Aldehyde dehydrogenase (ALDH) 2 is a mitochondrial isozyme of the heart involved in the metabolism of toxic aldehydes produced from oxidative stress. We hypothesized that hyperglycemia-mediated decrease in ALDH2 activity may impair mitochondrial respiration and ultimately result in cardiac damage. A single dose (65 mg/kg; i.p.) streptozotocin injection to rats resulted in hyperglycemia with blood glucose levels of 443 ± 9 mg/dl versus 121 ± 7 mg/dl in control animals, p<0.0001, N = 7–11. After 6 months of diabetes mellitus (DM) induction, the rats were sacrificed after recording the functionality of their hearts. Increase in the cardiomyocyte cross sectional area (446 ± 32 μm2 Vs 221 ± 10 μm2; p<0.0001) indicated cardiac hypertrophy in DM rats. Both diastolic and systolic dysfunctions were observed with DM rats compared to controls. Most importantly, myocardial ALDH2 activity and levels were reduced, and immunostaining for 4HNE protein adducts was increased in DM hearts compared to controls. The mitochondrial oxygen consumption rate (OCR), an index of mitochondrial respiration, was decreased in mitochondria isolated from DM hearts compared to controls (p<0.0001).
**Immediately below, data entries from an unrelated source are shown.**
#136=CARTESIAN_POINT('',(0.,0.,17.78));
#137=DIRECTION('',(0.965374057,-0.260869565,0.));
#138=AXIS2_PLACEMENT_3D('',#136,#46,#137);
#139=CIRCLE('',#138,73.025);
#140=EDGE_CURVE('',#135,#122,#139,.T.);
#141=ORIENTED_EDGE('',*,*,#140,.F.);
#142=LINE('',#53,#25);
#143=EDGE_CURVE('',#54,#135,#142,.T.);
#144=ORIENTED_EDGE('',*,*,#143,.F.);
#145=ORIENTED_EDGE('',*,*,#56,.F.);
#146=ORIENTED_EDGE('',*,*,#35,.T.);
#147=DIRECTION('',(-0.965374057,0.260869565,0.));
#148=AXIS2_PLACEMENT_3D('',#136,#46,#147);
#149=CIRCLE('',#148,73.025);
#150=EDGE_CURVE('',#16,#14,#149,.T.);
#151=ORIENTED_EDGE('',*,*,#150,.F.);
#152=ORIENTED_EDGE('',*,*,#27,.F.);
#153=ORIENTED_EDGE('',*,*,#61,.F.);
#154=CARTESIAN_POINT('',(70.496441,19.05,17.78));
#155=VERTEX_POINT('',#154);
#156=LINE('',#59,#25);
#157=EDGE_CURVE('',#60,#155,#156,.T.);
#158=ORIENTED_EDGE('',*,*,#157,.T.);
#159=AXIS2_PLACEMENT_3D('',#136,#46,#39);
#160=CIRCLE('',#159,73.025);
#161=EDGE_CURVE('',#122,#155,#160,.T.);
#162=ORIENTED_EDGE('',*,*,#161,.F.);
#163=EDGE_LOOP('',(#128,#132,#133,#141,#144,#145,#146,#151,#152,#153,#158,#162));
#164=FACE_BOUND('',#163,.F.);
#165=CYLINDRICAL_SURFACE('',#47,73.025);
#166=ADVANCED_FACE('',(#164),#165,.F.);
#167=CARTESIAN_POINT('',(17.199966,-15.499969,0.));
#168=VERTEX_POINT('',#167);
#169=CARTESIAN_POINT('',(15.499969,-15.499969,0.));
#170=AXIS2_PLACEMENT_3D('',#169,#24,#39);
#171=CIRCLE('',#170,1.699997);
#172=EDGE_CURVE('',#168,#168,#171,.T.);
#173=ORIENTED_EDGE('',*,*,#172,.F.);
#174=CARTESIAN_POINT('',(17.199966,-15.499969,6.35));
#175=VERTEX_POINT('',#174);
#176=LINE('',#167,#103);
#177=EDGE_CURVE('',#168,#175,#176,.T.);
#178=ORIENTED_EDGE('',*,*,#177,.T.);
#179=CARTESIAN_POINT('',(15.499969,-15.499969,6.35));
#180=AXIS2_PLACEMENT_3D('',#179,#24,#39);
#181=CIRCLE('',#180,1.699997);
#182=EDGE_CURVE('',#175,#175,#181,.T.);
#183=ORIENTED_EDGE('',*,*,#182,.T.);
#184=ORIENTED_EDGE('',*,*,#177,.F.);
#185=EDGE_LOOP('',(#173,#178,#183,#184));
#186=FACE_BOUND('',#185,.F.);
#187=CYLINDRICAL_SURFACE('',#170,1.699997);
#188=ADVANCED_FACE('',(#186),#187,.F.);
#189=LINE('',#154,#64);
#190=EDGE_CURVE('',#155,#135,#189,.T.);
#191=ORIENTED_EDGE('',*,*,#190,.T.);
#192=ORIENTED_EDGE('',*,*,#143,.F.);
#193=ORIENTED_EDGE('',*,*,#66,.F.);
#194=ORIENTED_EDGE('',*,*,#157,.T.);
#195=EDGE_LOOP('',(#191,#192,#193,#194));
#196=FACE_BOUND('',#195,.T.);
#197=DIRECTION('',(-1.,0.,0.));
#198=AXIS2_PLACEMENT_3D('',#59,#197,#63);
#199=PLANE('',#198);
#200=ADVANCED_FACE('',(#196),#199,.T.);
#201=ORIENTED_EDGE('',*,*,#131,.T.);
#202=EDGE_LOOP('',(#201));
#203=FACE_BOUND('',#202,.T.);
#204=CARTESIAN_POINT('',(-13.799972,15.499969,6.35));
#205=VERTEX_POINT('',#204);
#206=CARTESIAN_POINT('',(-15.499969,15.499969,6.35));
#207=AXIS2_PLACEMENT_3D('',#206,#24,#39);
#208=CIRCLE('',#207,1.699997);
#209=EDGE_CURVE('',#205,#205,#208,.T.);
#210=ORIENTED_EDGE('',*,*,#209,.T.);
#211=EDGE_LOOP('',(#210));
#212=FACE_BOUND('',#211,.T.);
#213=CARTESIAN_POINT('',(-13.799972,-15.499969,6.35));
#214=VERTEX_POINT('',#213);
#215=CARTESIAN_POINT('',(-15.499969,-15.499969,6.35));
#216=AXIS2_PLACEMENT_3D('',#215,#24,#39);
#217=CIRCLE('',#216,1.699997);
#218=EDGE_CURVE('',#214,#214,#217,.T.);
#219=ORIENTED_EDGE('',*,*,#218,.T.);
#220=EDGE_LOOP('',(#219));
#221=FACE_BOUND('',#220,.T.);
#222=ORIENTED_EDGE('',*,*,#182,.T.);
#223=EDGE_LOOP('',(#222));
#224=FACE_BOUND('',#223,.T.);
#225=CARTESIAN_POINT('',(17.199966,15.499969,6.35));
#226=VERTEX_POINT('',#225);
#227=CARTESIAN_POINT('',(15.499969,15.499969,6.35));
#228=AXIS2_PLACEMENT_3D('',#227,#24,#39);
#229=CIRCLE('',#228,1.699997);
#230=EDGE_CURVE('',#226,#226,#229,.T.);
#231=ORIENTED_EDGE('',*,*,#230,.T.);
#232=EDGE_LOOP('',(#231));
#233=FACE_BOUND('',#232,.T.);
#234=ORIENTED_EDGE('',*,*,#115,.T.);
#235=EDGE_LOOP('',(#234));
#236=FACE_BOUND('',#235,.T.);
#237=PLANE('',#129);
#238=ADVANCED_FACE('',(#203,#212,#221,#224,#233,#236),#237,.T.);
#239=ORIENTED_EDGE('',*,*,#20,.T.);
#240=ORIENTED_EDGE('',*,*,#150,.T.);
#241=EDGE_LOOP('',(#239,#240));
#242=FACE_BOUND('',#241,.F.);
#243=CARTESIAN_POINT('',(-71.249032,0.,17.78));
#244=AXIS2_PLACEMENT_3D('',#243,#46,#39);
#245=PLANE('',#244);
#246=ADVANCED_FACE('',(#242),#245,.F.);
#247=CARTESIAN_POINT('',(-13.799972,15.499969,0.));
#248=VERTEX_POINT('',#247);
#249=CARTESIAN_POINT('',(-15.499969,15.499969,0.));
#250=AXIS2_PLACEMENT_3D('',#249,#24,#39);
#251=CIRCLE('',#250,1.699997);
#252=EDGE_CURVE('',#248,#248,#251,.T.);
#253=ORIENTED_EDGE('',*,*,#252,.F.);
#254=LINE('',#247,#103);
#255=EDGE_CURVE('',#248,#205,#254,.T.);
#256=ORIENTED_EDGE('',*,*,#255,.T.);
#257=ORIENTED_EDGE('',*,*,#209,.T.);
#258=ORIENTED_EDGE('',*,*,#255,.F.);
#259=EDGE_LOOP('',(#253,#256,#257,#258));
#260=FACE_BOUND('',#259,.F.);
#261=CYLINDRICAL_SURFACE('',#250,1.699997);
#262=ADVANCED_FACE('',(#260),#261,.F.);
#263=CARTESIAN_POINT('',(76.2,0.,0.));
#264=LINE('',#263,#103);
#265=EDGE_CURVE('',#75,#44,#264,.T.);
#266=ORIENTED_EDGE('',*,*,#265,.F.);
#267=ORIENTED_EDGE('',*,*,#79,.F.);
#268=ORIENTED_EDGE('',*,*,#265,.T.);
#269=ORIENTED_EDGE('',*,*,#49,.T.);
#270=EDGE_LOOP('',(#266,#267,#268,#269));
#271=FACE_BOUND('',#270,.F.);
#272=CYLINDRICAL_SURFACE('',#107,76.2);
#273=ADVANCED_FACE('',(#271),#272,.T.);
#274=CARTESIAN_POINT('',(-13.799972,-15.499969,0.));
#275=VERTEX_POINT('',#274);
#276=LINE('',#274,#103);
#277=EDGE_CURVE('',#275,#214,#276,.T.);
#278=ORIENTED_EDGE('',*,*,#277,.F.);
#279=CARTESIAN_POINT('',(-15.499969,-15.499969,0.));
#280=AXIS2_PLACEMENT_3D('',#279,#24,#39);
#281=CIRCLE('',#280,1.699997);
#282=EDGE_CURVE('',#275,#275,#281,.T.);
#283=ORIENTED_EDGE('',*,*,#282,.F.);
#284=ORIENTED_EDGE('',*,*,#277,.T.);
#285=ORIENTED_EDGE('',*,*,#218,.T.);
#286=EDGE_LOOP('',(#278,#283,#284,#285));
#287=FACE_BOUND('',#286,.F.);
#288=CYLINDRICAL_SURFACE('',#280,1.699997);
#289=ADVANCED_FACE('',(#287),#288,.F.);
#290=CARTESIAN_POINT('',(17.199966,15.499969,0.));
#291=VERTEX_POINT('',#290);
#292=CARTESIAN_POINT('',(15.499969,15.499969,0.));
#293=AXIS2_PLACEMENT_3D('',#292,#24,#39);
Furthermore, the rate of mitochondrial respiration and the increase in carbonyl cyanide-p-trifluoromethoxyphenylhydrazone (FCCP)-induced maximal respiration were also decreased with chronic hyperglycemia. Chronic hyperglycemia reduced mitochondrial OXPHOS proteins. Reduced ALDH2 activity was correlated with mitochondrial dysfunction, pathological remodeling and cardiac dysfunction, respectively. Our results suggest that chronic hyperglycemia reduces ALDH2 activity, leading to mitochondrial respiratory dysfunction and consequently cardiac damage and dysfunction.

Highlights

  • Hyperglycemia, the increase in blood glucose levels, is a common symptom of both type-1 and type-2 diabetes mellitus (DM)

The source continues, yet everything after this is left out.